WHAT YOU WILL DO |
In the data below, find the line that contains "#130=LINE('',#129,#26);" and the line that contains "#143=CARTESIAN_POINT('',(-6.206398,30.545457,0.));". Copy both, plus every line between them, exactly.

[[ SOURCE MATERIAL, beginning ]]

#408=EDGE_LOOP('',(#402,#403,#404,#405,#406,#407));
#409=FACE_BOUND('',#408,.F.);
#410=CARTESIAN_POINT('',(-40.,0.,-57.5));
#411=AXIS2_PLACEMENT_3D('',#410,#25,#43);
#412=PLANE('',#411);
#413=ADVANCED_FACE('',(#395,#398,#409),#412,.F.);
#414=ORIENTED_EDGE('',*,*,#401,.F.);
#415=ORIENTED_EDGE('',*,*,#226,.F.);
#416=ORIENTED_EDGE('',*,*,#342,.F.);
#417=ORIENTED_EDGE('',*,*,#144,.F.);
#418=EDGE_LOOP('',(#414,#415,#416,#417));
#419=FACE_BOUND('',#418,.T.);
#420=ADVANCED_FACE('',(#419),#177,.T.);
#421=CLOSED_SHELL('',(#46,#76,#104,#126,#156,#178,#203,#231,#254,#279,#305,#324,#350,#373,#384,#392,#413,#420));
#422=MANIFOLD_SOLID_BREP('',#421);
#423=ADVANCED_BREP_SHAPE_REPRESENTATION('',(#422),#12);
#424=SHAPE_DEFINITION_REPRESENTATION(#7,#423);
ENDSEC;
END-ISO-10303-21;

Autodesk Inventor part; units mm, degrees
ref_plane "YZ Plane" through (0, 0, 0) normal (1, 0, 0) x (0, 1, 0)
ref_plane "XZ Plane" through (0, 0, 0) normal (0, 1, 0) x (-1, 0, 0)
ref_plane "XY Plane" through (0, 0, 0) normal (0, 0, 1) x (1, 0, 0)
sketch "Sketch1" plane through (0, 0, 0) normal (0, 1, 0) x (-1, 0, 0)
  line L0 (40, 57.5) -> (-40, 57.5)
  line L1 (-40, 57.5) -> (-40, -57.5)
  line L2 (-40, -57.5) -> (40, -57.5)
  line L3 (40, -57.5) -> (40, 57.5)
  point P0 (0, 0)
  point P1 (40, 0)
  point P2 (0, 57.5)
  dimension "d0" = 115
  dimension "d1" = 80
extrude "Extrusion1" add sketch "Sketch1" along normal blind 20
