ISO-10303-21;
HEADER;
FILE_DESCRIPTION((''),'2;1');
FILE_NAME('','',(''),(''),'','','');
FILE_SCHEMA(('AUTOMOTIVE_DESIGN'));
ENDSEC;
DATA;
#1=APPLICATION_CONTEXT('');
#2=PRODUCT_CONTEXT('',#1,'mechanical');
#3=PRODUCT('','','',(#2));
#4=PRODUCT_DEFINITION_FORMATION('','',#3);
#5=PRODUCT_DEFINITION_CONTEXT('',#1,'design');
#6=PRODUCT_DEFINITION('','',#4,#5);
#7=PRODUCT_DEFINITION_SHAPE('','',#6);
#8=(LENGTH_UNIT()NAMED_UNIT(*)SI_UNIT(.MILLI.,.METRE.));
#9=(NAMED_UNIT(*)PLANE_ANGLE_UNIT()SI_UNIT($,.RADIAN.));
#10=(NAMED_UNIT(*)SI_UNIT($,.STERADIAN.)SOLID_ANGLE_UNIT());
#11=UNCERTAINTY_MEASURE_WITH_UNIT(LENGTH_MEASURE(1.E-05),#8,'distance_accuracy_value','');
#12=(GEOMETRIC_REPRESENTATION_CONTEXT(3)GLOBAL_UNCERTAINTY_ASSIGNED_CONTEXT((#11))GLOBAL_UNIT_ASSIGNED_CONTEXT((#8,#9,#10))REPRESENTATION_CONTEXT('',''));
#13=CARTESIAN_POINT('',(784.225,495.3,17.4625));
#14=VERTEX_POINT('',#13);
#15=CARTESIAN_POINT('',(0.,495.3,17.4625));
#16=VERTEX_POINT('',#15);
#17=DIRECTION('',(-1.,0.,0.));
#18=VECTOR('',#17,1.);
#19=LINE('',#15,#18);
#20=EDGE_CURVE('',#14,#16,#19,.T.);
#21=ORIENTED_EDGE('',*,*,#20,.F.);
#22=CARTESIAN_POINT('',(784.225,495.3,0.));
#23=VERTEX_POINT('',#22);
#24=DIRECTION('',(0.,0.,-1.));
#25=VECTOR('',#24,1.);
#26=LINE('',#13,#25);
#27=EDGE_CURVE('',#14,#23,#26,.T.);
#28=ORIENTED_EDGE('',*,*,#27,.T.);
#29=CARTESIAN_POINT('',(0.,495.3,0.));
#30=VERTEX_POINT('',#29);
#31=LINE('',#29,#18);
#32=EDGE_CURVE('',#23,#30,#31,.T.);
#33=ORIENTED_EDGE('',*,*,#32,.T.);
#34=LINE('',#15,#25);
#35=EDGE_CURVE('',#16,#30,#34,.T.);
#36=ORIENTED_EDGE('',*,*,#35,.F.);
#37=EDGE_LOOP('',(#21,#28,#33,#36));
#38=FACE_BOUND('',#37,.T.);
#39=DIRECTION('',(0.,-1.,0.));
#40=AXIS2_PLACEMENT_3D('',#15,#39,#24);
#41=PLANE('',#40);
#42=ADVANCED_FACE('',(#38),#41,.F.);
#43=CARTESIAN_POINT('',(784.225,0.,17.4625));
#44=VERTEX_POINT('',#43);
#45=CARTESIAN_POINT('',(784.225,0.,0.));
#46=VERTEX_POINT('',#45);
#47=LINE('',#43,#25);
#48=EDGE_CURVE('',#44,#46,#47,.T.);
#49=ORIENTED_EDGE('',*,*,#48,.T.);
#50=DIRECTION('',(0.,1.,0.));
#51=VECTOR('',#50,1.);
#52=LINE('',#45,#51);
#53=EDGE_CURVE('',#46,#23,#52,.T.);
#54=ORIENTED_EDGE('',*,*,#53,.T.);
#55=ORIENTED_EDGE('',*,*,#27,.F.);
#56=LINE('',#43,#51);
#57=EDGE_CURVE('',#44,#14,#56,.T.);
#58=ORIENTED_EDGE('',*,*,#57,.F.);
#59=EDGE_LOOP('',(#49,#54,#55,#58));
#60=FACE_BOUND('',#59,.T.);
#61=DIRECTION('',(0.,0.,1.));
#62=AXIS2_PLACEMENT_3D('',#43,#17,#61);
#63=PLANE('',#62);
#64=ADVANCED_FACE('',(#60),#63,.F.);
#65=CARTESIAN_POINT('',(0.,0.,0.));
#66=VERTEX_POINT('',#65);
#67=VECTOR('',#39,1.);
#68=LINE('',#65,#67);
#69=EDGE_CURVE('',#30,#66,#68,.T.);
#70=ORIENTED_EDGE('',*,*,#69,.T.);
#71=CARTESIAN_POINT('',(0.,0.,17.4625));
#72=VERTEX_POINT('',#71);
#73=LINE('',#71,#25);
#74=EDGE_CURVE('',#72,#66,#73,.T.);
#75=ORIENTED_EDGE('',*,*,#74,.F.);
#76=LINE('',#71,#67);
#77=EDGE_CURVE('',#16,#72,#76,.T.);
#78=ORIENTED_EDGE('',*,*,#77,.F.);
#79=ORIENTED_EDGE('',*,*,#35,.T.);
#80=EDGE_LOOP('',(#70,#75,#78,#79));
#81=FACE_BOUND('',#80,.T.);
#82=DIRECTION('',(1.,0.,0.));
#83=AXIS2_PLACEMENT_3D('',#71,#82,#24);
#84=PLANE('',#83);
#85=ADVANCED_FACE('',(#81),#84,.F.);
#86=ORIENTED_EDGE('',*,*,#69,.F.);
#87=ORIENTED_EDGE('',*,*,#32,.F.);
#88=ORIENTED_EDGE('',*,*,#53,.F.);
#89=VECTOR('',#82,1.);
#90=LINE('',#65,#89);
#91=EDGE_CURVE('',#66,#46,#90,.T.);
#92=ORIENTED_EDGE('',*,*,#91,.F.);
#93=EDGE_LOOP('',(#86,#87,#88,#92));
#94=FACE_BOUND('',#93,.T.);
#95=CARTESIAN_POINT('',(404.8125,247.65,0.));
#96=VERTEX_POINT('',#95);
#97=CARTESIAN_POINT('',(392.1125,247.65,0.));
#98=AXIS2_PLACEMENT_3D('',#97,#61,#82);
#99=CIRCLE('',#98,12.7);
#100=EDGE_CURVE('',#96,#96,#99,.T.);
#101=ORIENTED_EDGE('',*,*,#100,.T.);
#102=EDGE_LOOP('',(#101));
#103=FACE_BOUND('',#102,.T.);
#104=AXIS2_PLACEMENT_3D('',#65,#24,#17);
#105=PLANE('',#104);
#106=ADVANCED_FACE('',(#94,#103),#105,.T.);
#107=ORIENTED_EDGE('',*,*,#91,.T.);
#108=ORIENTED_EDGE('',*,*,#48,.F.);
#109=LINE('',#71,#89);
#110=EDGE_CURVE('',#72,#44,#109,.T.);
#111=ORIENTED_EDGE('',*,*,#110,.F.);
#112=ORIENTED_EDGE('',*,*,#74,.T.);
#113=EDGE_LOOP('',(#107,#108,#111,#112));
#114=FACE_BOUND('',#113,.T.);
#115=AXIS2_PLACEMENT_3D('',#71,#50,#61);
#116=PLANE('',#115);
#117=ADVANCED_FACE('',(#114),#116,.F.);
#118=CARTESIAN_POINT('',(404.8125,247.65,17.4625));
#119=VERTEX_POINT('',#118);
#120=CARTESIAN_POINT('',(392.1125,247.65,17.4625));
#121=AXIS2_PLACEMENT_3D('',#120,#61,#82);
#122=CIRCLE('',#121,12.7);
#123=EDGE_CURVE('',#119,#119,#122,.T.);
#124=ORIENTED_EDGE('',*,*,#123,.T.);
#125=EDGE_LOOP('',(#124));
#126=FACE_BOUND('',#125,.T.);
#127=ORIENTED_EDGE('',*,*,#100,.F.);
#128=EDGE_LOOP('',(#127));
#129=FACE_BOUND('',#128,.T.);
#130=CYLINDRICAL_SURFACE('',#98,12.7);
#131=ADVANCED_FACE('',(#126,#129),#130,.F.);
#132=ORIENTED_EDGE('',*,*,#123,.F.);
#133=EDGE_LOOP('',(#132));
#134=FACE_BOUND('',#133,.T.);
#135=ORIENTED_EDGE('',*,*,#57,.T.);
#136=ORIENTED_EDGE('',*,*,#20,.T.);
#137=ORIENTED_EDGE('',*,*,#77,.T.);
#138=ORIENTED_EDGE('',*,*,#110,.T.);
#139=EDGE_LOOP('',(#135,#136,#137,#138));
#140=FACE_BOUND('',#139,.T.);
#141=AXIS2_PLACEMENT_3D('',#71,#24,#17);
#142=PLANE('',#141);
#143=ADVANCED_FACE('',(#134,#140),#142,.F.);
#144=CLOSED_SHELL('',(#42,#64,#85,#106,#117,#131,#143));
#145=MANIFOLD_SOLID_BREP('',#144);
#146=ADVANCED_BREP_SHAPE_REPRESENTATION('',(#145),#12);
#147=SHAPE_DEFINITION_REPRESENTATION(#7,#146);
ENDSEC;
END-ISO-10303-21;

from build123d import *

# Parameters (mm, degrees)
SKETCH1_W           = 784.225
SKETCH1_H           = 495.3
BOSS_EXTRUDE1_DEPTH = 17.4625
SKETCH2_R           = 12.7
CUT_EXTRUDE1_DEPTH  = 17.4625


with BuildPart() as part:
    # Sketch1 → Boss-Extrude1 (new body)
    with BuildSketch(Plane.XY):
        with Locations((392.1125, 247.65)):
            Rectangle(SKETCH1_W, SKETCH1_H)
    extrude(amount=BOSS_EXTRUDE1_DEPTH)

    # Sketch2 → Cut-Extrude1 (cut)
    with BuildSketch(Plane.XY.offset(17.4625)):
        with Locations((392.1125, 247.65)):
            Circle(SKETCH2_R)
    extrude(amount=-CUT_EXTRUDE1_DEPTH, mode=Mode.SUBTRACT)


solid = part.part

[[ SOURCE MATERIAL, end ]]
[[ SOURCE MATERIAL, beginning ]]

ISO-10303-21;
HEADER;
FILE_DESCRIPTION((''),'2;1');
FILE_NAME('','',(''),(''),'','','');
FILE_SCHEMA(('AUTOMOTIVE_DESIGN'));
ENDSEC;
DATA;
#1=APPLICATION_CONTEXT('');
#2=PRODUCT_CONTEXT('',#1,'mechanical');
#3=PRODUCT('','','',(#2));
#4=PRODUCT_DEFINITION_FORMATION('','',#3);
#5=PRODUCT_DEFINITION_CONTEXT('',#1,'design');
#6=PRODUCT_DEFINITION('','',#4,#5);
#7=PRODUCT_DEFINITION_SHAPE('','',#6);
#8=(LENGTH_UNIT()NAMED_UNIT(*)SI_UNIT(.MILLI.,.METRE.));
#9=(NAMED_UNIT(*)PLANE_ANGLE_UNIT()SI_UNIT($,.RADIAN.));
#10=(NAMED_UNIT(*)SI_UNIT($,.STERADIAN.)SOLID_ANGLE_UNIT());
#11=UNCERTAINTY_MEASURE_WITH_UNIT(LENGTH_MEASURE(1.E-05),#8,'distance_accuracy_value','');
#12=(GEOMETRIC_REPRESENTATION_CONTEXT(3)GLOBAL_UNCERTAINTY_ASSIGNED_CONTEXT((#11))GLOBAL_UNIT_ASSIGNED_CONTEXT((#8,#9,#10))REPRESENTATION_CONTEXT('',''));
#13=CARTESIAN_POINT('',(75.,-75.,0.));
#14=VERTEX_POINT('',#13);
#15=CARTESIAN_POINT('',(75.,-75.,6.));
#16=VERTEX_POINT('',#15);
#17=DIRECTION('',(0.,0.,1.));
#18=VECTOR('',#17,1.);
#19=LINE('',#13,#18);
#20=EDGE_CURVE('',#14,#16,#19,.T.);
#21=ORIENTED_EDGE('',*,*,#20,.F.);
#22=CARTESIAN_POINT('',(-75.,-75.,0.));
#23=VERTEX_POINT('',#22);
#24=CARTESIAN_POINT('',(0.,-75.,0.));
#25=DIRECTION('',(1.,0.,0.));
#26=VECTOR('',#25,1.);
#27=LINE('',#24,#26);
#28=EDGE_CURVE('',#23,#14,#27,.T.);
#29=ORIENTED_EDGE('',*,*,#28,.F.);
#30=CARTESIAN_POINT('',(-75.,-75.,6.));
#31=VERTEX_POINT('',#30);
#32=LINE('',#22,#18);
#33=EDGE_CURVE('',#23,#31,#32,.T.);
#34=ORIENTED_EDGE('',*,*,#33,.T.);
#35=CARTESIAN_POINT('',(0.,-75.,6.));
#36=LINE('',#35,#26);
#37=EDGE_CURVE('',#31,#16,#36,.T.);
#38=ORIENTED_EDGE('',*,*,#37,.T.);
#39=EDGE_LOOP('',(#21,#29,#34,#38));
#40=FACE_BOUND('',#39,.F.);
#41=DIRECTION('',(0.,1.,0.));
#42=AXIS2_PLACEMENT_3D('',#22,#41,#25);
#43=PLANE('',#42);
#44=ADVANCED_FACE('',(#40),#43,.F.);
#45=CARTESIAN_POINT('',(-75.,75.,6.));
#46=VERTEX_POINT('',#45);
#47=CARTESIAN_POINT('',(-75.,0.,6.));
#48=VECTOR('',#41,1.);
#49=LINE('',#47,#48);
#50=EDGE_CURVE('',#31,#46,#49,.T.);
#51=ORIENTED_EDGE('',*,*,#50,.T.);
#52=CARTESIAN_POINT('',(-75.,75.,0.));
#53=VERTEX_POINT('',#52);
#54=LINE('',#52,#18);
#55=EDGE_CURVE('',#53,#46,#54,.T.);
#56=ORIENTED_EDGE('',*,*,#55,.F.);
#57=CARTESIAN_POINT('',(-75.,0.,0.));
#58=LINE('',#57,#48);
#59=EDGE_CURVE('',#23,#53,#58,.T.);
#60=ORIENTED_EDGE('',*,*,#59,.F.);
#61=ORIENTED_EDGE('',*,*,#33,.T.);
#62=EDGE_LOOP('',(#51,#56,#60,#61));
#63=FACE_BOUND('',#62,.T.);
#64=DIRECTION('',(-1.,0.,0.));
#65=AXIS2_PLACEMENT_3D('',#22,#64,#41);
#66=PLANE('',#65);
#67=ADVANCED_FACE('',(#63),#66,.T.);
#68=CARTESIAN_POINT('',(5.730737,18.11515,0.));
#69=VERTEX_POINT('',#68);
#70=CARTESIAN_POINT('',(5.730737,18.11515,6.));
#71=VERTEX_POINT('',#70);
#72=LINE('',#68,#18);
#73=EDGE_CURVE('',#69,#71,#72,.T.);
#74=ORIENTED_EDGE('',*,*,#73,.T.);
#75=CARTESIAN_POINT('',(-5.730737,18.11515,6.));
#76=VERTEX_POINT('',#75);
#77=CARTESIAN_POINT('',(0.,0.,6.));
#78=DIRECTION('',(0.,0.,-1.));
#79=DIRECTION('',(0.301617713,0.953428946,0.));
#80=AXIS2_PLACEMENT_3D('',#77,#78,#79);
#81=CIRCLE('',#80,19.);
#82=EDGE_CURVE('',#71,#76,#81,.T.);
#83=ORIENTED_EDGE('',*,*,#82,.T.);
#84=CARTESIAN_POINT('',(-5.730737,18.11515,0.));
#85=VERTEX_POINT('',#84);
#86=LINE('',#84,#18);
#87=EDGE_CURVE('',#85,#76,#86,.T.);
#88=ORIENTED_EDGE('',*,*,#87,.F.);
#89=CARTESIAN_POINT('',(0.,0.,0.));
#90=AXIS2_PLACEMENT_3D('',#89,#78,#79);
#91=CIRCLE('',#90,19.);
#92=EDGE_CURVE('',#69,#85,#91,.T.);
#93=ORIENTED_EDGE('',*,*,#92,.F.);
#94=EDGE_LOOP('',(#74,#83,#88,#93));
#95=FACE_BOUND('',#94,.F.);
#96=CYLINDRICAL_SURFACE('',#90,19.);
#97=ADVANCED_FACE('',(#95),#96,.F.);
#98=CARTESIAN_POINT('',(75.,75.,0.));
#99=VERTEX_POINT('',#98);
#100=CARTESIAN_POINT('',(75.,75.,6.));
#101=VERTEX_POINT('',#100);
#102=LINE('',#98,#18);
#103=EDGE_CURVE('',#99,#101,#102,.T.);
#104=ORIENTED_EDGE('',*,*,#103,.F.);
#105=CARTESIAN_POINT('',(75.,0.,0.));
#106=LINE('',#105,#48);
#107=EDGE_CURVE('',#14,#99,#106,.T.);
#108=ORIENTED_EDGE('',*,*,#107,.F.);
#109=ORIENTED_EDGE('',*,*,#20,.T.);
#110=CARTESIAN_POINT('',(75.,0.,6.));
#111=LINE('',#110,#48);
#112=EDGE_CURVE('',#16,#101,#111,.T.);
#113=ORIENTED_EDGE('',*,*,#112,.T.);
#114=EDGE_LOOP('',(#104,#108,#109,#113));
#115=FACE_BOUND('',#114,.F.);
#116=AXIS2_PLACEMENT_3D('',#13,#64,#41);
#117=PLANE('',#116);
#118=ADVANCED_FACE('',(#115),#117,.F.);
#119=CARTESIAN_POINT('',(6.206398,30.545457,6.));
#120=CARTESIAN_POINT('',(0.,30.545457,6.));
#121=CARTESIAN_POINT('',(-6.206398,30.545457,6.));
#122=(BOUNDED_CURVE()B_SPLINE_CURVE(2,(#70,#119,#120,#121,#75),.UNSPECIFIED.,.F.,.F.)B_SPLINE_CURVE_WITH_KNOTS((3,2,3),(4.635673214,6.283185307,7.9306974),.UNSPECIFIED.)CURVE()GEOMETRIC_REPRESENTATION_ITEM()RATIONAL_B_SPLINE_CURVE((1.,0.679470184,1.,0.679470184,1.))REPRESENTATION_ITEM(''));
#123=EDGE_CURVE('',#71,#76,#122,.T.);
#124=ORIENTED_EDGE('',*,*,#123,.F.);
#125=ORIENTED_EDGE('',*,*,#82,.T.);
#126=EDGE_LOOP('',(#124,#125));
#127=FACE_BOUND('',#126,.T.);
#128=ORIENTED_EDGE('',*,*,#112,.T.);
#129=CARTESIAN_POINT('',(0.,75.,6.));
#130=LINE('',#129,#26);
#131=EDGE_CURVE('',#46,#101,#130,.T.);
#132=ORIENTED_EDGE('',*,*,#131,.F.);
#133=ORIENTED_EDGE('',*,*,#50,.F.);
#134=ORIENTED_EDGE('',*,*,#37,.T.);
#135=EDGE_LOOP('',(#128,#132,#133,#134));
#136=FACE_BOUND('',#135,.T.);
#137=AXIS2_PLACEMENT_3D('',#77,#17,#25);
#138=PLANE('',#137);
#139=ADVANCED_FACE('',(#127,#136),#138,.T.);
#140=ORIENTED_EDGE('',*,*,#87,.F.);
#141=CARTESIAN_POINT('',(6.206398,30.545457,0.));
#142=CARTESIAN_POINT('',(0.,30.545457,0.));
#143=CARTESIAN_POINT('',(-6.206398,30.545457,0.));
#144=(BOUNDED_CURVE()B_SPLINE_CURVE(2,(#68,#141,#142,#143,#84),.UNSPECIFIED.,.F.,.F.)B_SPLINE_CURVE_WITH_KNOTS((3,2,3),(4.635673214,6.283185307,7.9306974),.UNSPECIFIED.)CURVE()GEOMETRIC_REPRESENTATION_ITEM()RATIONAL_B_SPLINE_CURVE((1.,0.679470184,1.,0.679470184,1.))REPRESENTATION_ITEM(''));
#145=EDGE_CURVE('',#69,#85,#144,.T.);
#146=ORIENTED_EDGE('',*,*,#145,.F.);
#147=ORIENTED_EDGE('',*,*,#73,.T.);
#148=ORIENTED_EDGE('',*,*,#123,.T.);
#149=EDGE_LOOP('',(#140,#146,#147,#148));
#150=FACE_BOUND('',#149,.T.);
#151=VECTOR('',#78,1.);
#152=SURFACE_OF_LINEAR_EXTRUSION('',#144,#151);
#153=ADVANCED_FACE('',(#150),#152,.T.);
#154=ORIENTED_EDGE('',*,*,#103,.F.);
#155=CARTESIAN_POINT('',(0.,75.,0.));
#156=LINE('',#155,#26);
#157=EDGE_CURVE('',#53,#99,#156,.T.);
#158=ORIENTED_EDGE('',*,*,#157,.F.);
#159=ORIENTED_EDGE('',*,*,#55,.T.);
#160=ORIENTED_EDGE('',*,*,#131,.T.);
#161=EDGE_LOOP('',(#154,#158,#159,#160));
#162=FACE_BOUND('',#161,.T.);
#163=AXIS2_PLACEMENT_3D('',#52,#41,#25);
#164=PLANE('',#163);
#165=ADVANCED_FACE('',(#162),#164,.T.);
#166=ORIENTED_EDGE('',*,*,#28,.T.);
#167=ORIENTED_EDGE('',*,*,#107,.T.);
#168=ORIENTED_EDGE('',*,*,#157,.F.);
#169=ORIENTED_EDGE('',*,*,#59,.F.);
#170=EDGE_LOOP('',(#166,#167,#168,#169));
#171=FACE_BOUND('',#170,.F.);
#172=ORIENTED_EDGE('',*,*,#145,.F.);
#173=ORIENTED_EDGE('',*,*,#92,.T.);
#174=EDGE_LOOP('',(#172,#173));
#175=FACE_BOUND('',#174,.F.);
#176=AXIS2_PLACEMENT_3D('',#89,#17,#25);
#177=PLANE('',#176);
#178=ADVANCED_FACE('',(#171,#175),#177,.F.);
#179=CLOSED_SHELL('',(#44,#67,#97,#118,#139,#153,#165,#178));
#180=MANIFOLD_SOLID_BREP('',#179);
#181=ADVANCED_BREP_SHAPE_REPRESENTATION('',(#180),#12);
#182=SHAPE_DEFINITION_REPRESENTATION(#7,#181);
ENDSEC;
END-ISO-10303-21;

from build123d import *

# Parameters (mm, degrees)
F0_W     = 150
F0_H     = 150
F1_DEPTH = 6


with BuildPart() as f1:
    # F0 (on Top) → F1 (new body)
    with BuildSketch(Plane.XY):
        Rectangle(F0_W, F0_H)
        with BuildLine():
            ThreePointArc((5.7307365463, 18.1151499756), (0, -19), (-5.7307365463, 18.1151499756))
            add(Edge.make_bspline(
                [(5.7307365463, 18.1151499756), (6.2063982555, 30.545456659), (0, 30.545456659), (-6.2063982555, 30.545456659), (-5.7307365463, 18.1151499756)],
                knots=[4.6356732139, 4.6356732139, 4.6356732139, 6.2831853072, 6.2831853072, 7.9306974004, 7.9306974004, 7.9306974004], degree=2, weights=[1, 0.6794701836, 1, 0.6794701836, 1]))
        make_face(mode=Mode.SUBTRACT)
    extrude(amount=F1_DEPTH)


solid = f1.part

[[ SOURCE MATERIAL, end ]]

REPLY TO THE TASK |
#130=LINE('',#129,#26);
#131=EDGE_CURVE('',#46,#101,#130,.T.);
#132=ORIENTED_EDGE('',*,*,#131,.F.);
#133=ORIENTED_EDGE('',*,*,#50,.F.);
#134=ORIENTED_EDGE('',*,*,#37,.T.);
#135=EDGE_LOOP('',(#128,#132,#133,#134));
#136=FACE_BOUND('',#135,.T.);
#137=AXIS2_PLACEMENT_3D('',#77,#17,#25);
#138=PLANE('',#137);
#139=ADVANCED_FACE('',(#127,#136),#138,.T.);
#140=ORIENTED_EDGE('',*,*,#87,.F.);
#141=CARTESIAN_POINT('',(6.206398,30.545457,0.));
#142=CARTESIAN_POINT('',(0.,30.545457,0.));
#143=CARTESIAN_POINT('',(-6.206398,30.545457,0.));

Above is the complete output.